St. Dominic Savio Catholic High School, Austin, TX 78717, USA.
IEEE Trans Biomed Eng. 2011 Feb;58(2):397-403. doi: 10.1109/TBME.2010.2088122. Epub 2010 Oct 18.
A 3-D application-specific microelectrode array has been developed for physiological studies in guinea pig cochlear nucleus (CN). The batch-fabricated silicon probes contain integrated parylene cables and use a boron etch-stop to define 15μm-thick shanks and limit tissue displacement. Targeting the ventral (three probes) and dorsal (two probes) subnuclei, the custom four-shank 32-site probes are combined in a slotted block platform having a 1.18-mm (2) footprint. The device has permitted, for the first time, high-density 3-D in vivo studies of ventral CN to dorsal CN connections, stimulating with 1000 μm (2) sites in one subnucleus while recording with 177 μm (2) sites in the other. Through these experiments, it has demonstrated the efficacy of bimodal silicon arrays to better understand the central nervous system at the circuit level. The 160 electrode sites also provide a high-density neural interface, which is an essential aspect of auditory prosthesis prototypes.

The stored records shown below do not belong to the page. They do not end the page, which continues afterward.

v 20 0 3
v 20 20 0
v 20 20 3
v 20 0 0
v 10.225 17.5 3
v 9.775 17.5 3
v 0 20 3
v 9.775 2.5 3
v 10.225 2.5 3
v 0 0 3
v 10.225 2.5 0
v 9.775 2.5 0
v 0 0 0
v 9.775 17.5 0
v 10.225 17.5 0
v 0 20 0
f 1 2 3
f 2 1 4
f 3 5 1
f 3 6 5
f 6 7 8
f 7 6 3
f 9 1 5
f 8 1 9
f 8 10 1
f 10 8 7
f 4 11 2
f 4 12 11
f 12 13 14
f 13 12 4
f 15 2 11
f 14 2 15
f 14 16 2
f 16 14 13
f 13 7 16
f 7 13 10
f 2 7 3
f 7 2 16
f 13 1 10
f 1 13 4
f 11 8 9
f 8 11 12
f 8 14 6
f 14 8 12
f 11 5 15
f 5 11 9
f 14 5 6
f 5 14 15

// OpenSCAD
difference() {
	cube([20, 20, 3]);
	translate([10, 10, 1.5]) {
		rotate([0, 0, 90]) {
			cube([15, 0.45, 5], center=true);
		}
	}
}
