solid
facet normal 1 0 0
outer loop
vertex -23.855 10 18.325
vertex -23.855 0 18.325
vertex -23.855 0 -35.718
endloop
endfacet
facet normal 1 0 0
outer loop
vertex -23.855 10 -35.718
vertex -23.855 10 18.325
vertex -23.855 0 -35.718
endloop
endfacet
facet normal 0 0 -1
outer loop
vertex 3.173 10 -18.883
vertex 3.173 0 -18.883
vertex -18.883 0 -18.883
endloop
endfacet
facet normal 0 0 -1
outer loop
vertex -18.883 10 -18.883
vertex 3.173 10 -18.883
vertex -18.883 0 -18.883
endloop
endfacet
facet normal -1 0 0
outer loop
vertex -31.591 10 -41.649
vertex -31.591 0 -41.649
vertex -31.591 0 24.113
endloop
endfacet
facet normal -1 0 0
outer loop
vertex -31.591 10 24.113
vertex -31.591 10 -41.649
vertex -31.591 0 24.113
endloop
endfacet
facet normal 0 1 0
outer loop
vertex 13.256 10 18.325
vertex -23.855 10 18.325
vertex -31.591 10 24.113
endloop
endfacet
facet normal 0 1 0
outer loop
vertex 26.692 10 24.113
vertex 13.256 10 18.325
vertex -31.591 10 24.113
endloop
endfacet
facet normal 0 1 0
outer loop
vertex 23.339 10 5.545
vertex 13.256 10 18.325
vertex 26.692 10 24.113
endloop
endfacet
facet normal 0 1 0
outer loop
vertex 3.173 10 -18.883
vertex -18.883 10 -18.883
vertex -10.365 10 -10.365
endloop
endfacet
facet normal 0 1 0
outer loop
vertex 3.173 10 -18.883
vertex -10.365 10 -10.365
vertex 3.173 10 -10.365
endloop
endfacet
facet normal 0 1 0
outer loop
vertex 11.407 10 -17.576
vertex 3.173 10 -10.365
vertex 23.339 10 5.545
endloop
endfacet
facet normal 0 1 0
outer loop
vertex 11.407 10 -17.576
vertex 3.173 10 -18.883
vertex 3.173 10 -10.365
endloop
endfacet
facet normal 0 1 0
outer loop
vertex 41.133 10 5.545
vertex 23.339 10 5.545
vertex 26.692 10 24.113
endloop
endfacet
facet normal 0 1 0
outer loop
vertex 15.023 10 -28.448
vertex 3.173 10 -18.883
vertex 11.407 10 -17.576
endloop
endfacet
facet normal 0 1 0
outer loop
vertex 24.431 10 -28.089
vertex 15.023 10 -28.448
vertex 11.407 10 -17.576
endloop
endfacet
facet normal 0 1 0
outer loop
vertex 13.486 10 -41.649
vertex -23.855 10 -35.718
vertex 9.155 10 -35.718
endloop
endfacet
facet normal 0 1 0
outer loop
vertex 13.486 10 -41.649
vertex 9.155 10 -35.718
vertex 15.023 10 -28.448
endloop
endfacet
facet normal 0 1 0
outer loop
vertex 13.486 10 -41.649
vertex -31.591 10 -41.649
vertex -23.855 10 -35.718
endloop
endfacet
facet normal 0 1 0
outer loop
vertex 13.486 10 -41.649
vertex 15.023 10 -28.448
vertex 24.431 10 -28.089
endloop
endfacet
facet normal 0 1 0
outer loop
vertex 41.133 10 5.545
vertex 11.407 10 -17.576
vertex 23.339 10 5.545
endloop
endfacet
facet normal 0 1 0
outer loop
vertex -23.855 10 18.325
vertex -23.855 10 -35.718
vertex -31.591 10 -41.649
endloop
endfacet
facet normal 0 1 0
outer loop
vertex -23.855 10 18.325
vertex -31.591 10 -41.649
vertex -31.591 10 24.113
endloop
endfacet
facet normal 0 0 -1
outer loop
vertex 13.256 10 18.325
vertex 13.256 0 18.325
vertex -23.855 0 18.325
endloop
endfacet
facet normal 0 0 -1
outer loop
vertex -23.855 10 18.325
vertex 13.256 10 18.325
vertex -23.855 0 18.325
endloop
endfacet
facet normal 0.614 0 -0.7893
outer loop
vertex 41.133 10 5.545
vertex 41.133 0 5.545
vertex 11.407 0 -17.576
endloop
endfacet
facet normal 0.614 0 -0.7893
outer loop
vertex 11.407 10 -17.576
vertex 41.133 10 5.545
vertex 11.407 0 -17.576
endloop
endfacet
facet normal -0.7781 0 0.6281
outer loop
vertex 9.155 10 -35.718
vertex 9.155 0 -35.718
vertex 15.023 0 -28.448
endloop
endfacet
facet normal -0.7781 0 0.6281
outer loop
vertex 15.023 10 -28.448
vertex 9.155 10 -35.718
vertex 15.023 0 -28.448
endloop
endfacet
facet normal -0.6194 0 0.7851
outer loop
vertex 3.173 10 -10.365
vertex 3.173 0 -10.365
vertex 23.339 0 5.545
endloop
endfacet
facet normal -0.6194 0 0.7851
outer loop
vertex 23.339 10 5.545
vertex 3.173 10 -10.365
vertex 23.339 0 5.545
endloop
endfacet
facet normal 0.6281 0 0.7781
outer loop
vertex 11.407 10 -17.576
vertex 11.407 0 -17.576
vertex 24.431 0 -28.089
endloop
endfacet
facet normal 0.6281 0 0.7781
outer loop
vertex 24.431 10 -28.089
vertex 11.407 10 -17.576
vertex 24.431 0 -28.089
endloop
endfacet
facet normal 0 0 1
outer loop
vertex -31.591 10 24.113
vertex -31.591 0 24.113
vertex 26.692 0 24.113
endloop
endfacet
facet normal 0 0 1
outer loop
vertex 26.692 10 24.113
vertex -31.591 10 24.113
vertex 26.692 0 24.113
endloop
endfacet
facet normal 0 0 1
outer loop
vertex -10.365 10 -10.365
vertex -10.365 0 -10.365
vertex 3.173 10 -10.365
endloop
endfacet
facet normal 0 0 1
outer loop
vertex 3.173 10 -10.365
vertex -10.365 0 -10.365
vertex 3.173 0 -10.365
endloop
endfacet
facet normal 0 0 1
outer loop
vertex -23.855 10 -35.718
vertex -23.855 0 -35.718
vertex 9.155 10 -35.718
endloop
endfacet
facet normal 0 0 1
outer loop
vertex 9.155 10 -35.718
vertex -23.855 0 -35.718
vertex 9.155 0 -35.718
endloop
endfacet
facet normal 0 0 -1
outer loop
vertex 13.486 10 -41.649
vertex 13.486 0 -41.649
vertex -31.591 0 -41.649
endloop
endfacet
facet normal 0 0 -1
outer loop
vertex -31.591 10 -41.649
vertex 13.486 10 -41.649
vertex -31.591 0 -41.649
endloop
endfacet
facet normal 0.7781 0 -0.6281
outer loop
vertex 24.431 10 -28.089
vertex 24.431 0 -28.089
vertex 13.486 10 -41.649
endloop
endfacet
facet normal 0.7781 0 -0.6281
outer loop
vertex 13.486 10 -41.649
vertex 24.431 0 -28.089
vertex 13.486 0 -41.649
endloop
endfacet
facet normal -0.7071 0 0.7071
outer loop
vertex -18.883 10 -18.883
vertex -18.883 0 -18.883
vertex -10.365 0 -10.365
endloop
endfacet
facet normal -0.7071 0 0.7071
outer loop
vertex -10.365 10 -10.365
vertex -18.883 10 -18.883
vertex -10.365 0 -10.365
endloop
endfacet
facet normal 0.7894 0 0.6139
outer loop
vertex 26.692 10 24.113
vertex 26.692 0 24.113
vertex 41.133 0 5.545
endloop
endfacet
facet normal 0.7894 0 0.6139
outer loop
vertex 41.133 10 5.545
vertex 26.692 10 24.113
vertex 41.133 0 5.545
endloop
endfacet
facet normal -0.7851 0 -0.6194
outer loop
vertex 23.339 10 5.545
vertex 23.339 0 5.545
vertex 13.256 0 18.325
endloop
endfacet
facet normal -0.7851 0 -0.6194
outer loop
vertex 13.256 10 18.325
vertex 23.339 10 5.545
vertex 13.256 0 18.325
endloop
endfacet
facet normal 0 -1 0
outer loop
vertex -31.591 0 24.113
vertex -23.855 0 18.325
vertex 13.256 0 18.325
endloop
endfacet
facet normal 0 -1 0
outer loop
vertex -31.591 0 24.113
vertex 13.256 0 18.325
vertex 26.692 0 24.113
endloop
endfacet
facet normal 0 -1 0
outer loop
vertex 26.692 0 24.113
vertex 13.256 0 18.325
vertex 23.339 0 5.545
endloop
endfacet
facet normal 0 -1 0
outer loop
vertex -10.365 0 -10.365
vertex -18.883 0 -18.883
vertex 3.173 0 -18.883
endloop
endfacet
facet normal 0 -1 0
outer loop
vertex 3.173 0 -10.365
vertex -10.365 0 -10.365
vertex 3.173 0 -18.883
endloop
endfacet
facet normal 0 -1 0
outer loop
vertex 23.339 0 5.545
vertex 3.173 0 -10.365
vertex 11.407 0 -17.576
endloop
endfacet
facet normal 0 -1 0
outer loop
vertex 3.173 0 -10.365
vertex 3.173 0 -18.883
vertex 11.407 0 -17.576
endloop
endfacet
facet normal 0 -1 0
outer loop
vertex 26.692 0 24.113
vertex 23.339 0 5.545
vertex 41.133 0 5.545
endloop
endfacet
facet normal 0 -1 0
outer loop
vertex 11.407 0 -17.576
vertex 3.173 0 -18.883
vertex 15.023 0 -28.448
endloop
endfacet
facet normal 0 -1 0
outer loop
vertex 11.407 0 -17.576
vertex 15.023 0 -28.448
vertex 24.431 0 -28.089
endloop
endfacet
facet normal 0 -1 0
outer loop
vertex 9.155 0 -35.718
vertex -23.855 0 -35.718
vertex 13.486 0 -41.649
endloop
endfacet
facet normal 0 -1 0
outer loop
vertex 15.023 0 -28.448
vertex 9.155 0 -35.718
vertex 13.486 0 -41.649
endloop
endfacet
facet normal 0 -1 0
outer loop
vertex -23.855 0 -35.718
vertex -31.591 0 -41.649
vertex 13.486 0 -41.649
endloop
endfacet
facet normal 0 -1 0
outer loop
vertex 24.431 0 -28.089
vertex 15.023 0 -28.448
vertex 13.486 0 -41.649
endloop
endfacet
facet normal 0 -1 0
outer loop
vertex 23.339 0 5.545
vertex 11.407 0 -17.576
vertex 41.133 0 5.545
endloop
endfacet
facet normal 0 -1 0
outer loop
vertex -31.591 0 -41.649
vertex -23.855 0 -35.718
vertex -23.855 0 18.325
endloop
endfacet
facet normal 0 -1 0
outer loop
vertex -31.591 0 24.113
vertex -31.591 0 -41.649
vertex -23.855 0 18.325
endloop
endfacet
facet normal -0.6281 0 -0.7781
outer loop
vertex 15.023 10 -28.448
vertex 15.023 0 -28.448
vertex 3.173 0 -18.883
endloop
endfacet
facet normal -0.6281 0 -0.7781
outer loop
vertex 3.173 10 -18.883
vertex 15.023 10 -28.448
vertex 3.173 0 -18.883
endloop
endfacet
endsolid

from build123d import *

# Parameters (mm, degrees)
BOSS_EXTRUDE1_DEPTH = 10


with BuildPart() as part:
    # Sketch1 → Boss-Extrude1 (new body)
    with BuildSketch(Plane(origin=(0, 0, 0), x_dir=(1, 0, 0), z_dir=(0, 1, 0))):
        Polygon((-31.591389498, 41.649056358), (-31.591389498, -24.112611576), (26.691500514, -24.112611576), (41.13327857, -5.544611218), (11.406624151, 17.576119997), (24.431058906, 28.088776811), (13.485895614, 41.649056358), align=None)
        Polygon((-23.854722682, 35.717611799), (9.155055732, 35.717611799), (15.022851217, 28.447830164), (3.172826817, 18.883097253), (-18.883097253, 18.883097253), (-10.365163505, 10.365163505), (3.172826817, 10.365163505), (23.338944894, -5.544611218), (13.255885856, -18.325191879), (-23.854722682, -18.325191879), align=None, mode=Mode.SUBTRACT)
    extrude(amount=BOSS_EXTRUDE1_DEPTH)


solid = part.part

已经开发出一种用于豚鼠耳蜗核(CN)生理研究的特定于 3-D 的微电极阵列。批量制造的硅探针包含集成的聚对二甲苯电缆,并使用硼蚀刻停止来定义 15μm 厚的柄部并限制组织位移。针对腹侧(三个探针)和背侧(两个探针)亚核,定制的四柄 32 位探针组合在具有 1.18-mm(2)足迹的开槽块平台上。该设备首次允许对腹侧 CN 到背侧 CN 连接进行高密度 3-D 体内研究,在一个亚核中用 1000μm(2)位点刺激,而在另一个亚核中用 177μm(2)位点记录。通过这些实验,证明了双模态硅阵列在以电路水平更好地理解中枢神经系统方面的有效性。160 个电极位点还提供了高密度的神经接口,这是听觉假体原型的一个重要方面。